[Stored data entries]
Start of Block
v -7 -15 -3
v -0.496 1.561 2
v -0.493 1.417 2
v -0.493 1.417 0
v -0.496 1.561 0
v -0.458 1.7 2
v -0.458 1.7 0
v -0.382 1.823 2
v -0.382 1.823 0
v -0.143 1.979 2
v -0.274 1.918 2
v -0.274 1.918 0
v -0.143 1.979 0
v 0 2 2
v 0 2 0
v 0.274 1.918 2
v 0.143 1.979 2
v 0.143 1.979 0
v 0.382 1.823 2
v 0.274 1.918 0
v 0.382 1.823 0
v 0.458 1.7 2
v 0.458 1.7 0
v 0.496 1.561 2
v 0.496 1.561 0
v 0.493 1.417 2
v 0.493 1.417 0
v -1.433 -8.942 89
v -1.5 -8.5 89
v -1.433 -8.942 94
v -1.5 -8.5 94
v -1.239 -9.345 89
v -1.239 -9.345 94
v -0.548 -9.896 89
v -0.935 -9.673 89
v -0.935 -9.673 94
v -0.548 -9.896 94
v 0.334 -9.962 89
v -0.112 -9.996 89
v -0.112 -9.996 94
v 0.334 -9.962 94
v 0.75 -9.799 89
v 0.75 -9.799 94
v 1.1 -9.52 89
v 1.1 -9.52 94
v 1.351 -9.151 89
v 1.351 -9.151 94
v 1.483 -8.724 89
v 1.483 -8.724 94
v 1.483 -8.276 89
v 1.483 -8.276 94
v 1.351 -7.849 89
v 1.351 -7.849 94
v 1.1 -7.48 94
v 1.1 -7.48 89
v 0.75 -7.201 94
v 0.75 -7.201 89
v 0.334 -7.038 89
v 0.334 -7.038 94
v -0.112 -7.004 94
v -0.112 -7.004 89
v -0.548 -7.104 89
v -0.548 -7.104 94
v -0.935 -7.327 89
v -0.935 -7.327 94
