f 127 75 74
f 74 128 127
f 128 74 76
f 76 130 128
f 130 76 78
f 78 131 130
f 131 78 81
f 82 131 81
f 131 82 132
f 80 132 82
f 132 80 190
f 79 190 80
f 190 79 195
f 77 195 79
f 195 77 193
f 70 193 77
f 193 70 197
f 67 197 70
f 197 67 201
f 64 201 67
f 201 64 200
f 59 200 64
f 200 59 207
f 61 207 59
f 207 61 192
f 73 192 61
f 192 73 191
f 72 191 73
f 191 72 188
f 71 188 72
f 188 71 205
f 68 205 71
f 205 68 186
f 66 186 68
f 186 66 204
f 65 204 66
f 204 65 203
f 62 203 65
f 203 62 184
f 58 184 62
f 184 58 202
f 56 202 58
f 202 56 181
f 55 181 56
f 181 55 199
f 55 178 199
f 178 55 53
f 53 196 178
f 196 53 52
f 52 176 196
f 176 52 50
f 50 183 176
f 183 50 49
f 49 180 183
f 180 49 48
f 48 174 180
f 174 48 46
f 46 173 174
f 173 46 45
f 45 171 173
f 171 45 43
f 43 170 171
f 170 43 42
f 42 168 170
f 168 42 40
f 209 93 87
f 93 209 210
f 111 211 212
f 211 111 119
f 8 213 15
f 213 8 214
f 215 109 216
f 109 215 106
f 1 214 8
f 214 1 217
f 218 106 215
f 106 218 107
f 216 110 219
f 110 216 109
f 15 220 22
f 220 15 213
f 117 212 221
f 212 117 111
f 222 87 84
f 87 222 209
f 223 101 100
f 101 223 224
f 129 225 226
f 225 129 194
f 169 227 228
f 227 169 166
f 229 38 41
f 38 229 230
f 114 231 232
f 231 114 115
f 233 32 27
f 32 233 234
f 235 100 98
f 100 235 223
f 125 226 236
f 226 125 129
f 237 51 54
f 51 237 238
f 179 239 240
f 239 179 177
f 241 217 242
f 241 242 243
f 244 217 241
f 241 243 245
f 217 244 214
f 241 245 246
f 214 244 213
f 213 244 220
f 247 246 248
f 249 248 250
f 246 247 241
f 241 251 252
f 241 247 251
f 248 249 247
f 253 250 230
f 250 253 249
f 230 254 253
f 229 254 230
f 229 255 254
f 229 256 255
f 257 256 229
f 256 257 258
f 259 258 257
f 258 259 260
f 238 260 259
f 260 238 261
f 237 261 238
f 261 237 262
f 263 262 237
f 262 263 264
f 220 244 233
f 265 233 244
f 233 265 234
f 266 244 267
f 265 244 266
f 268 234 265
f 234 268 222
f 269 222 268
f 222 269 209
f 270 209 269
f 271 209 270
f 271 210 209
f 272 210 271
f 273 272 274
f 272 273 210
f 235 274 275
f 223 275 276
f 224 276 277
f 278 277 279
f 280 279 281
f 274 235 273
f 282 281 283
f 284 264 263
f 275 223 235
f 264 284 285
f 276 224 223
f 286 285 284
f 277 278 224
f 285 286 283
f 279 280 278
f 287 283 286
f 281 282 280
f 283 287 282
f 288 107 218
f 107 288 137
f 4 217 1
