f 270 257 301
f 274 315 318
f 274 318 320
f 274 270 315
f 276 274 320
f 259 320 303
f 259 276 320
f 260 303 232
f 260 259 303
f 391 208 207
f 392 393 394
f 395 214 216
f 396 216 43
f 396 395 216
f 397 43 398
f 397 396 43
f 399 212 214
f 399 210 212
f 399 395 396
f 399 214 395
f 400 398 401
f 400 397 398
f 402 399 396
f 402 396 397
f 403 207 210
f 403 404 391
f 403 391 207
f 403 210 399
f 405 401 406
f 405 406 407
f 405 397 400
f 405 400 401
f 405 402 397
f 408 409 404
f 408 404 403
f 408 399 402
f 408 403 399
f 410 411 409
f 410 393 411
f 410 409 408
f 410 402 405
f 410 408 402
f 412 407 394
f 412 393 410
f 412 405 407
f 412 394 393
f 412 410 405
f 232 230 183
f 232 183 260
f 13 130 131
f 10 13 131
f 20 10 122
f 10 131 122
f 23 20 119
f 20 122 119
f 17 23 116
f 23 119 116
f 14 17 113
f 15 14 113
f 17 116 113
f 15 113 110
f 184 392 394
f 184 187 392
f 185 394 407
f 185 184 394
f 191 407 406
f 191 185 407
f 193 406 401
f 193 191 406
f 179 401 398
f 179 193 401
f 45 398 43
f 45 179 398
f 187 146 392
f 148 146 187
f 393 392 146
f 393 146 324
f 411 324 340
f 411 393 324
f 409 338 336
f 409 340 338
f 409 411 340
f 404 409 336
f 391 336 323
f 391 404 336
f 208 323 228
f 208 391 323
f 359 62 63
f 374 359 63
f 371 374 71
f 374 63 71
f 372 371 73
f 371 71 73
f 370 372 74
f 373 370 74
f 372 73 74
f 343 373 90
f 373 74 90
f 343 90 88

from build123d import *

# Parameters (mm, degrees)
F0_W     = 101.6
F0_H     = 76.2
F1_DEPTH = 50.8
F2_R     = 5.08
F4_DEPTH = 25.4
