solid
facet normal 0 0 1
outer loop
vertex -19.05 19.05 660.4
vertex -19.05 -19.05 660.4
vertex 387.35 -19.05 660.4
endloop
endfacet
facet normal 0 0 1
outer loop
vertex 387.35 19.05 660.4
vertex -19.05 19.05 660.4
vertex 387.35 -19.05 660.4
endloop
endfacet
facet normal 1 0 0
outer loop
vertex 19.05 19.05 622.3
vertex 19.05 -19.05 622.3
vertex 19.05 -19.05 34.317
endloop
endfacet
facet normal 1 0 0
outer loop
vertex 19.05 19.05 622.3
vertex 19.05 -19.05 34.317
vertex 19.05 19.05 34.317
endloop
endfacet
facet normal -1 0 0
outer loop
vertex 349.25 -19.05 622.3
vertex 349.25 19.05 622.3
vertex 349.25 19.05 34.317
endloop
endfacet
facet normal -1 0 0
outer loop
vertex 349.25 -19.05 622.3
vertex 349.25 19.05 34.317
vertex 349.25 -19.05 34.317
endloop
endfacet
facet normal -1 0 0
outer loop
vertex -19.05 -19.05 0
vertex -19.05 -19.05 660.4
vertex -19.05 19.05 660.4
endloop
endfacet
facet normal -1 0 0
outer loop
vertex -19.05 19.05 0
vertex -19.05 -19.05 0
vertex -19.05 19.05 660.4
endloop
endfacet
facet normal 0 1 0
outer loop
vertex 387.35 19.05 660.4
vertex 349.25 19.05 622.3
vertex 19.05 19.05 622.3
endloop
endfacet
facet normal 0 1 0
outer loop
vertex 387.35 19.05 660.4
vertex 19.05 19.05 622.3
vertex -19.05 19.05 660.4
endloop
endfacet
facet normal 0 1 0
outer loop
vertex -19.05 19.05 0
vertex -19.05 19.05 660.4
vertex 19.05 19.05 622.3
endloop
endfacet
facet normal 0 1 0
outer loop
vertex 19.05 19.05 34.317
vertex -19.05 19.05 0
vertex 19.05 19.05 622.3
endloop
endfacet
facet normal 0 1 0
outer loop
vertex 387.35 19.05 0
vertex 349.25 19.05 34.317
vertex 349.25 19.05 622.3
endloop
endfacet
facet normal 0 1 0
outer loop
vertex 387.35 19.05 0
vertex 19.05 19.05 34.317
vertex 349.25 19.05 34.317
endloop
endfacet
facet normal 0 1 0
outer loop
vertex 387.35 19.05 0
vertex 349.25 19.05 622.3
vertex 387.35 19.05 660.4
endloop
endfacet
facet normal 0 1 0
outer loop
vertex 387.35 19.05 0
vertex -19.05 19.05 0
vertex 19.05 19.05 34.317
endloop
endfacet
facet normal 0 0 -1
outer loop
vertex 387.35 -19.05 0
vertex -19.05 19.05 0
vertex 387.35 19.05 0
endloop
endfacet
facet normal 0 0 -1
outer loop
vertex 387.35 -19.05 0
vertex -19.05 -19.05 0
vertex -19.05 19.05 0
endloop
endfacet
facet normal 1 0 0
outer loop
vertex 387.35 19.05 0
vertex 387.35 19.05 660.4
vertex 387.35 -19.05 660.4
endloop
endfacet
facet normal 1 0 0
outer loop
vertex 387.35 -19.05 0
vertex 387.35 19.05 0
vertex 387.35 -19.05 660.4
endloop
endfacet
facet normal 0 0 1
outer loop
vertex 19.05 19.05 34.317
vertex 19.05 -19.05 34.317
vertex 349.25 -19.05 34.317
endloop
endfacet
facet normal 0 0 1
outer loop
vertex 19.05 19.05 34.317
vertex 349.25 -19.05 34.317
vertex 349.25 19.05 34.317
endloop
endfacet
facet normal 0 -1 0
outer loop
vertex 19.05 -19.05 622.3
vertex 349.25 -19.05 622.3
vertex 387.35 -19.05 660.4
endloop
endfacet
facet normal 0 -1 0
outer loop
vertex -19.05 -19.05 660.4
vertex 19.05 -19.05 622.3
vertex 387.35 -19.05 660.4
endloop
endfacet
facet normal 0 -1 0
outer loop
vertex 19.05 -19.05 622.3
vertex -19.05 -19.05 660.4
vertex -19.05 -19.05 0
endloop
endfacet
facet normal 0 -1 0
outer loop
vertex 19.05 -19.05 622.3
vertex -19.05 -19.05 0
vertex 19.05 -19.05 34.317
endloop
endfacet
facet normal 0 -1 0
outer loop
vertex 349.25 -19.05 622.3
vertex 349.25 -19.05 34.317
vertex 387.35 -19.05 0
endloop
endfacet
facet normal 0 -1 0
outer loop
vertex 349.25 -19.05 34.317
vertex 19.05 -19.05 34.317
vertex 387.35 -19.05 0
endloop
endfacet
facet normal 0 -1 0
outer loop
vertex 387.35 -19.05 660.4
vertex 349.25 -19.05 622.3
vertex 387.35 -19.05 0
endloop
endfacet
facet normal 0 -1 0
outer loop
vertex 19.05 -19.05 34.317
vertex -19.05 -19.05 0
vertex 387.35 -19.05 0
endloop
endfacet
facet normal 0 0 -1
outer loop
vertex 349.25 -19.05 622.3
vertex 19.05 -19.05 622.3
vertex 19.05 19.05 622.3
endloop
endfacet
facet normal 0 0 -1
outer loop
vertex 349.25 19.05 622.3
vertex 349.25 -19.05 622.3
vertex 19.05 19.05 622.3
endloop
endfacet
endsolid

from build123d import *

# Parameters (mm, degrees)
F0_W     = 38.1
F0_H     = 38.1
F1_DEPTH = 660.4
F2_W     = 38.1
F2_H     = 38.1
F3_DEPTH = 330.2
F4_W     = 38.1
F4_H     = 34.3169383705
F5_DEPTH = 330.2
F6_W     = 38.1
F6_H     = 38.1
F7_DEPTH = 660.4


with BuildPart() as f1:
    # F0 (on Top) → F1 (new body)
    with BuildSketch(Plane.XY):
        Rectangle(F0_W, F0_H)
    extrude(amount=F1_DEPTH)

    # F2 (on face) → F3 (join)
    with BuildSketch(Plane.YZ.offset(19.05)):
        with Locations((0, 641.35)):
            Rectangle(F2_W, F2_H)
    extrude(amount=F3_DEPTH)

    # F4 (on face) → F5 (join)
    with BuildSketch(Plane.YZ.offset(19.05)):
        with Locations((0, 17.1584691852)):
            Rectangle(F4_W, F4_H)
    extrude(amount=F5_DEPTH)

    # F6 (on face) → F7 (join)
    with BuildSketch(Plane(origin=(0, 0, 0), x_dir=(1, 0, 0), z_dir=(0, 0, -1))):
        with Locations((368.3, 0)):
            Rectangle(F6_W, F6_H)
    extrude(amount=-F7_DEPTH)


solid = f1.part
End of Block
## Directions
Scan the lines above for "f 66 186 68" and for "f 179 239 240". Repeat exactly the line holding each of them and every line in between.

## Task result
f 66 186 68
f 186 66 204
f 65 204 66
f 204 65 203
f 62 203 65
f 203 62 184
f 58 184 62
f 184 58 202
f 56 202 58
f 202 56 181
f 55 181 56
f 181 55 199
f 55 178 199
f 178 55 53
f 53 196 178
f 196 53 52
f 52 176 196
f 176 52 50
f 50 183 176
f 183 50 49
f 49 180 183
f 180 49 48
f 48 174 180
f 174 48 46
f 46 173 174
f 173 46 45
f 45 171 173
f 171 45 43
f 43 170 171
f 170 43 42
f 42 168 170
f 168 42 40
f 209 93 87
f 93 209 210
f 111 211 212
f 211 111 119
f 8 213 15
f 213 8 214
f 215 109 216
f 109 215 106
f 1 214 8
f 214 1 217
f 218 106 215
f 106 218 107
f 216 110 219
f 110 216 109
f 15 220 22
f 220 15 213
f 117 212 221
f 212 117 111
f 222 87 84
f 87 222 209
f 223 101 100
f 101 223 224
f 129 225 226
f 225 129 194
f 169 227 228
f 227 169 166
f 229 38 41
f 38 229 230
f 114 231 232
f 231 114 115
f 233 32 27
f 32 233 234
f 235 100 98
f 100 235 223
f 125 226 236
f 226 125 129
f 237 51 54
f 51 237 238
f 179 239 240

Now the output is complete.